## Task to carry out
Everything from the line holding "f 252 251 169" through the final line of the entries below is to be duplicated exactly, and nothing outside that span.

+---+

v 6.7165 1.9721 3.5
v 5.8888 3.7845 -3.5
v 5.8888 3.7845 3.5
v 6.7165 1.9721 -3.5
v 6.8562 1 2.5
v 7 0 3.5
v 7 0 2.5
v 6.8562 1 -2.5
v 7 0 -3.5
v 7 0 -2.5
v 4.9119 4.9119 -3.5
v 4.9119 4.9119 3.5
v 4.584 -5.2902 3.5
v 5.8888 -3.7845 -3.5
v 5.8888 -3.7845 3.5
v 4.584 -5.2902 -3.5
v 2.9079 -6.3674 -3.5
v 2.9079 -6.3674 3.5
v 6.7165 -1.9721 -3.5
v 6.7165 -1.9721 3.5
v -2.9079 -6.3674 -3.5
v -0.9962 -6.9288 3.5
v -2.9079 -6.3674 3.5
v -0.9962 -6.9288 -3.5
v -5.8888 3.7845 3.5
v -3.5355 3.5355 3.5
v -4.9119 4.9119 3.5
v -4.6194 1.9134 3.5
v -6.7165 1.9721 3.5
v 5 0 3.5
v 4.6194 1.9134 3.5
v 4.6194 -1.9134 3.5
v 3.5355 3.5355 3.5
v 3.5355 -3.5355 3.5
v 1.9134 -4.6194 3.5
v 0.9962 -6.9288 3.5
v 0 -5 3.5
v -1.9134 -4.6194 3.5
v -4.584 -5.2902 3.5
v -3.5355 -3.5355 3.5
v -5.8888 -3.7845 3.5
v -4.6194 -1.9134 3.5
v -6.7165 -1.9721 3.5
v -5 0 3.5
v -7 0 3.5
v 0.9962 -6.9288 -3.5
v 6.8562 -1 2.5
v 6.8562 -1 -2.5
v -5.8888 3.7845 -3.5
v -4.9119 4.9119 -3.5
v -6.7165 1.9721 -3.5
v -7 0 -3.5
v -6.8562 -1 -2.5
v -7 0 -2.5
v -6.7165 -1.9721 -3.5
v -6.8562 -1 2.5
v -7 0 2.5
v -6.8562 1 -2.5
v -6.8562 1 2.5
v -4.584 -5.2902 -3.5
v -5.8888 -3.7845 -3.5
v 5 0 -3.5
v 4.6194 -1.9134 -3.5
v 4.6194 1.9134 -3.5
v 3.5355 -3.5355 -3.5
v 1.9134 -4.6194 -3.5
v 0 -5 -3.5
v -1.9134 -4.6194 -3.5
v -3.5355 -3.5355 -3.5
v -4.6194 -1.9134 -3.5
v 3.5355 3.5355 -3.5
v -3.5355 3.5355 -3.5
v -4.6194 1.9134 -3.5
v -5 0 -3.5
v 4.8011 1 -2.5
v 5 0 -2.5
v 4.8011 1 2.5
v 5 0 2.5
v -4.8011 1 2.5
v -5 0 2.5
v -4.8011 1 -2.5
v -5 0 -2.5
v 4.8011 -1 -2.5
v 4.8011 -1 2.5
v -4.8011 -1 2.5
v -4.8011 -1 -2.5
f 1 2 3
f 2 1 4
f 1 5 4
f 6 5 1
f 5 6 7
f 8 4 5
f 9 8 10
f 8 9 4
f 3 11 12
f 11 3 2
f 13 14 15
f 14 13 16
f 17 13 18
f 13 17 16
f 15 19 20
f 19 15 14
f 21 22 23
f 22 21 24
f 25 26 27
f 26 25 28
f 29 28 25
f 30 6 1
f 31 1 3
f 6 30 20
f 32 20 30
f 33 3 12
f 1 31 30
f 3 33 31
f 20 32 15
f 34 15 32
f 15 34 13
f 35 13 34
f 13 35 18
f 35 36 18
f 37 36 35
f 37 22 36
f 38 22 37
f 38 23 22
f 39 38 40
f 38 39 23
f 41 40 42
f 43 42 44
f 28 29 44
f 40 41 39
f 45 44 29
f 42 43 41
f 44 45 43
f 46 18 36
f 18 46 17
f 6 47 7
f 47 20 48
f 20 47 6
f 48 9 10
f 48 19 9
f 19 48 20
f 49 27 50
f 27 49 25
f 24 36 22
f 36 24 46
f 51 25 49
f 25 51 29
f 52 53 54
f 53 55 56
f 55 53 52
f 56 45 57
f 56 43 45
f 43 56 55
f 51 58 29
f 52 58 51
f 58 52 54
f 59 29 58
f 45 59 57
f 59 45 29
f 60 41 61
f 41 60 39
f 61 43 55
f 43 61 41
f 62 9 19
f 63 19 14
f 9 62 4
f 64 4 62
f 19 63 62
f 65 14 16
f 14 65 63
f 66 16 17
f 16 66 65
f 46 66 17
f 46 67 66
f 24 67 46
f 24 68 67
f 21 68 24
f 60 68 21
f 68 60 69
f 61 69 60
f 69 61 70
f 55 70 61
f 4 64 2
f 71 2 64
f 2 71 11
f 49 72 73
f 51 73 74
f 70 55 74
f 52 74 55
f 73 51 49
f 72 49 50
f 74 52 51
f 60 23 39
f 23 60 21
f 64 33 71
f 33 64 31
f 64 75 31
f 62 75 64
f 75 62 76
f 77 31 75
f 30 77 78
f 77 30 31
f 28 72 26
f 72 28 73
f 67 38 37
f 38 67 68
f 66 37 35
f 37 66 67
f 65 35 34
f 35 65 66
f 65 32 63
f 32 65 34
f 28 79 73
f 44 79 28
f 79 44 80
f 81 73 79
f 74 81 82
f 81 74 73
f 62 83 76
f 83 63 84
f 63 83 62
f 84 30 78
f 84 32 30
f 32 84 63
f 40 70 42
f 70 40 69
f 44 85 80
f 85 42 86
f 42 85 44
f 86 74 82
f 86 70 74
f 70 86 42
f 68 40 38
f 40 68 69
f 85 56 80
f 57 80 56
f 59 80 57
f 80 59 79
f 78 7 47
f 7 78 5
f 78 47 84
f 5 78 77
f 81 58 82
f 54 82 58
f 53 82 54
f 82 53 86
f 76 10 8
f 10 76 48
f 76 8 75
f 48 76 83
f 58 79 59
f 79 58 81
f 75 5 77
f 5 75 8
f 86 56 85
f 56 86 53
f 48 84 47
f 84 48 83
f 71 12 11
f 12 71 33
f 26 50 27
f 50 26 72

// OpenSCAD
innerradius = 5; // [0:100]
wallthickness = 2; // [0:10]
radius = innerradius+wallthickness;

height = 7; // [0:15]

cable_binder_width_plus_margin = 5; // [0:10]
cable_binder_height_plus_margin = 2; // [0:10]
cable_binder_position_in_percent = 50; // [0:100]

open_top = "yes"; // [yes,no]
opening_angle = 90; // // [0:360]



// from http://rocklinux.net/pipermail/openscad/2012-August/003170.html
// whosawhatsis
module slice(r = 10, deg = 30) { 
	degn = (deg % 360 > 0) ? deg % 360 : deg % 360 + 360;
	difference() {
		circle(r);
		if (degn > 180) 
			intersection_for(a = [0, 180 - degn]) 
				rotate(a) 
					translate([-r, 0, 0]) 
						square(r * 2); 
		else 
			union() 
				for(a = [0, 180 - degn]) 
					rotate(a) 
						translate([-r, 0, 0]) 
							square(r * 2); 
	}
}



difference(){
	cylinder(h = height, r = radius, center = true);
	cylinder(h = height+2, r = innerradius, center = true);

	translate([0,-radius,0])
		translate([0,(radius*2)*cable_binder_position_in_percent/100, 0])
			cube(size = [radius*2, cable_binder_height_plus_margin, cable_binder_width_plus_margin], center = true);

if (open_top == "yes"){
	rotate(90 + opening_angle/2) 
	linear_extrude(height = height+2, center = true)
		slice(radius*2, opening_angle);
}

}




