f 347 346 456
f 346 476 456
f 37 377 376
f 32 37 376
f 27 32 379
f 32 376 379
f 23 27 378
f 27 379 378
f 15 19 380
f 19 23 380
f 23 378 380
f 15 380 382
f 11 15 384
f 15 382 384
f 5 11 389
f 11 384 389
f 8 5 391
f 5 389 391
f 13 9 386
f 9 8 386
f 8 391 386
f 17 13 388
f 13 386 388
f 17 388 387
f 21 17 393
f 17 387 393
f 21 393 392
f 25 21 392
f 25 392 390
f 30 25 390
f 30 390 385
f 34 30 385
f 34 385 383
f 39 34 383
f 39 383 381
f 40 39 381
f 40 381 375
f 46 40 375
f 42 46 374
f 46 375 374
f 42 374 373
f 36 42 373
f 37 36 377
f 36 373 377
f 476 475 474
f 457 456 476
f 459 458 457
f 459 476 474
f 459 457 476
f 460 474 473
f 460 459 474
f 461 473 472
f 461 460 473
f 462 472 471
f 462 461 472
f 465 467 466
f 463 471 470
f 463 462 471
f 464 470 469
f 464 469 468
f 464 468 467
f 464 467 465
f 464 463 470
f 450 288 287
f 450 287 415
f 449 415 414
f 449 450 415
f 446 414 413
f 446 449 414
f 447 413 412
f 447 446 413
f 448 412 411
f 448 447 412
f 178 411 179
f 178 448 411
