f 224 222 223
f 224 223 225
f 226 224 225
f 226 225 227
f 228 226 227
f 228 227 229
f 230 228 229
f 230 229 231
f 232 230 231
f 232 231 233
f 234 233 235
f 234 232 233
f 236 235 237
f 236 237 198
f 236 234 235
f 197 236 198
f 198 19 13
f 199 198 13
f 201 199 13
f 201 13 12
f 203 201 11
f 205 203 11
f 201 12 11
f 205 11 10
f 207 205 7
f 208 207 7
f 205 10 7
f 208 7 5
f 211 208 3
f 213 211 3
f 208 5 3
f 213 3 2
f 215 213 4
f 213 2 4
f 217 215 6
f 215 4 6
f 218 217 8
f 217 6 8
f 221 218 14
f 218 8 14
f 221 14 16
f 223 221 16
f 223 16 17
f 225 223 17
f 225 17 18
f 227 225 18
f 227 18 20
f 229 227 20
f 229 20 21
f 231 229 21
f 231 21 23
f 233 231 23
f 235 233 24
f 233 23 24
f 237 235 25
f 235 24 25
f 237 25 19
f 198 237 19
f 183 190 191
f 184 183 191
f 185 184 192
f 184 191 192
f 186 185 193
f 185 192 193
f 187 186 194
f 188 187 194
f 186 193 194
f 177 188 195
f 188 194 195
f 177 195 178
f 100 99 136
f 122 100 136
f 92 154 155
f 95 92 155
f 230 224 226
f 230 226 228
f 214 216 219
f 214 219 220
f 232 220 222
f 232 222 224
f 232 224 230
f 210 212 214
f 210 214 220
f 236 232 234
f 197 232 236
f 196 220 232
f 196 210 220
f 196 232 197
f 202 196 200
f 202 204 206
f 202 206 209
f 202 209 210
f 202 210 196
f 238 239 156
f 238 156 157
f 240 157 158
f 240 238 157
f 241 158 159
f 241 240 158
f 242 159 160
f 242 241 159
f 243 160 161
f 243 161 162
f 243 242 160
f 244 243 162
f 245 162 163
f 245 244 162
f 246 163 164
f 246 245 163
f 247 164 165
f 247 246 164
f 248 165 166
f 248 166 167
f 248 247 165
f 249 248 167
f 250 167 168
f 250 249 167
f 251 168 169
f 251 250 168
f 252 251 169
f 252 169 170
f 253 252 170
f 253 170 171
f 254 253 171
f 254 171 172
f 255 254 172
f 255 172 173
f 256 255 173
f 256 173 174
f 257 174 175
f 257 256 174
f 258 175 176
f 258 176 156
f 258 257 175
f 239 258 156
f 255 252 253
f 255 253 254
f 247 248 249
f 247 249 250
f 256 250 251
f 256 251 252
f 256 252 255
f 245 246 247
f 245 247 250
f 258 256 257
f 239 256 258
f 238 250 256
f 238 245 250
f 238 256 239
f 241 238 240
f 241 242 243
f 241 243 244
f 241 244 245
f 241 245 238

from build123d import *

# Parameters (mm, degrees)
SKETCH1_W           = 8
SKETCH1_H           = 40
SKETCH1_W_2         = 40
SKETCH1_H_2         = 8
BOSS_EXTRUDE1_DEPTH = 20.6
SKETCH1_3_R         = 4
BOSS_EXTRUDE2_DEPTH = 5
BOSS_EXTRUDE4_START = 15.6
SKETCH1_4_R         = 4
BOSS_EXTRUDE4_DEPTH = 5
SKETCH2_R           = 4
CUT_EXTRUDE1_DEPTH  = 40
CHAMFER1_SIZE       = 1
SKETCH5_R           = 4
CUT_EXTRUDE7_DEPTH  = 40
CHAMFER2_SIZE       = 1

+---+

## Answer below
f 252 251 169
f 252 169 170
f 253 252 170
f 253 170 171
f 254 253 171
f 254 171 172
f 255 254 172
f 255 172 173
f 256 255 173
f 256 173 174
f 257 174 175
f 257 256 174
f 258 175 176
f 258 176 156
f 258 257 175
f 239 258 156
f 255 252 253
f 255 253 254
f 247 248 249
f 247 249 250
f 256 250 251
f 256 251 252
f 256 252 255
f 245 246 247
f 245 247 250
f 258 256 257
f 239 256 258
f 238 250 256
f 238 245 250
f 238 256 239
f 241 238 240
f 241 242 243
f 241 243 244
f 241 244 245
f 241 245 238

from build123d import *

# Parameters (mm, degrees)
SKETCH1_W           = 8
SKETCH1_H           = 40
SKETCH1_W_2         = 40
SKETCH1_H_2         = 8
BOSS_EXTRUDE1_DEPTH = 20.6
SKETCH1_3_R         = 4
BOSS_EXTRUDE2_DEPTH = 5
BOSS_EXTRUDE4_START = 15.6
SKETCH1_4_R         = 4
BOSS_EXTRUDE4_DEPTH = 5
SKETCH2_R           = 4
CUT_EXTRUDE1_DEPTH  = 40
CHAMFER1_SIZE       = 1
SKETCH5_R           = 4
CUT_EXTRUDE7_DEPTH  = 40
CHAMFER2_SIZE       = 1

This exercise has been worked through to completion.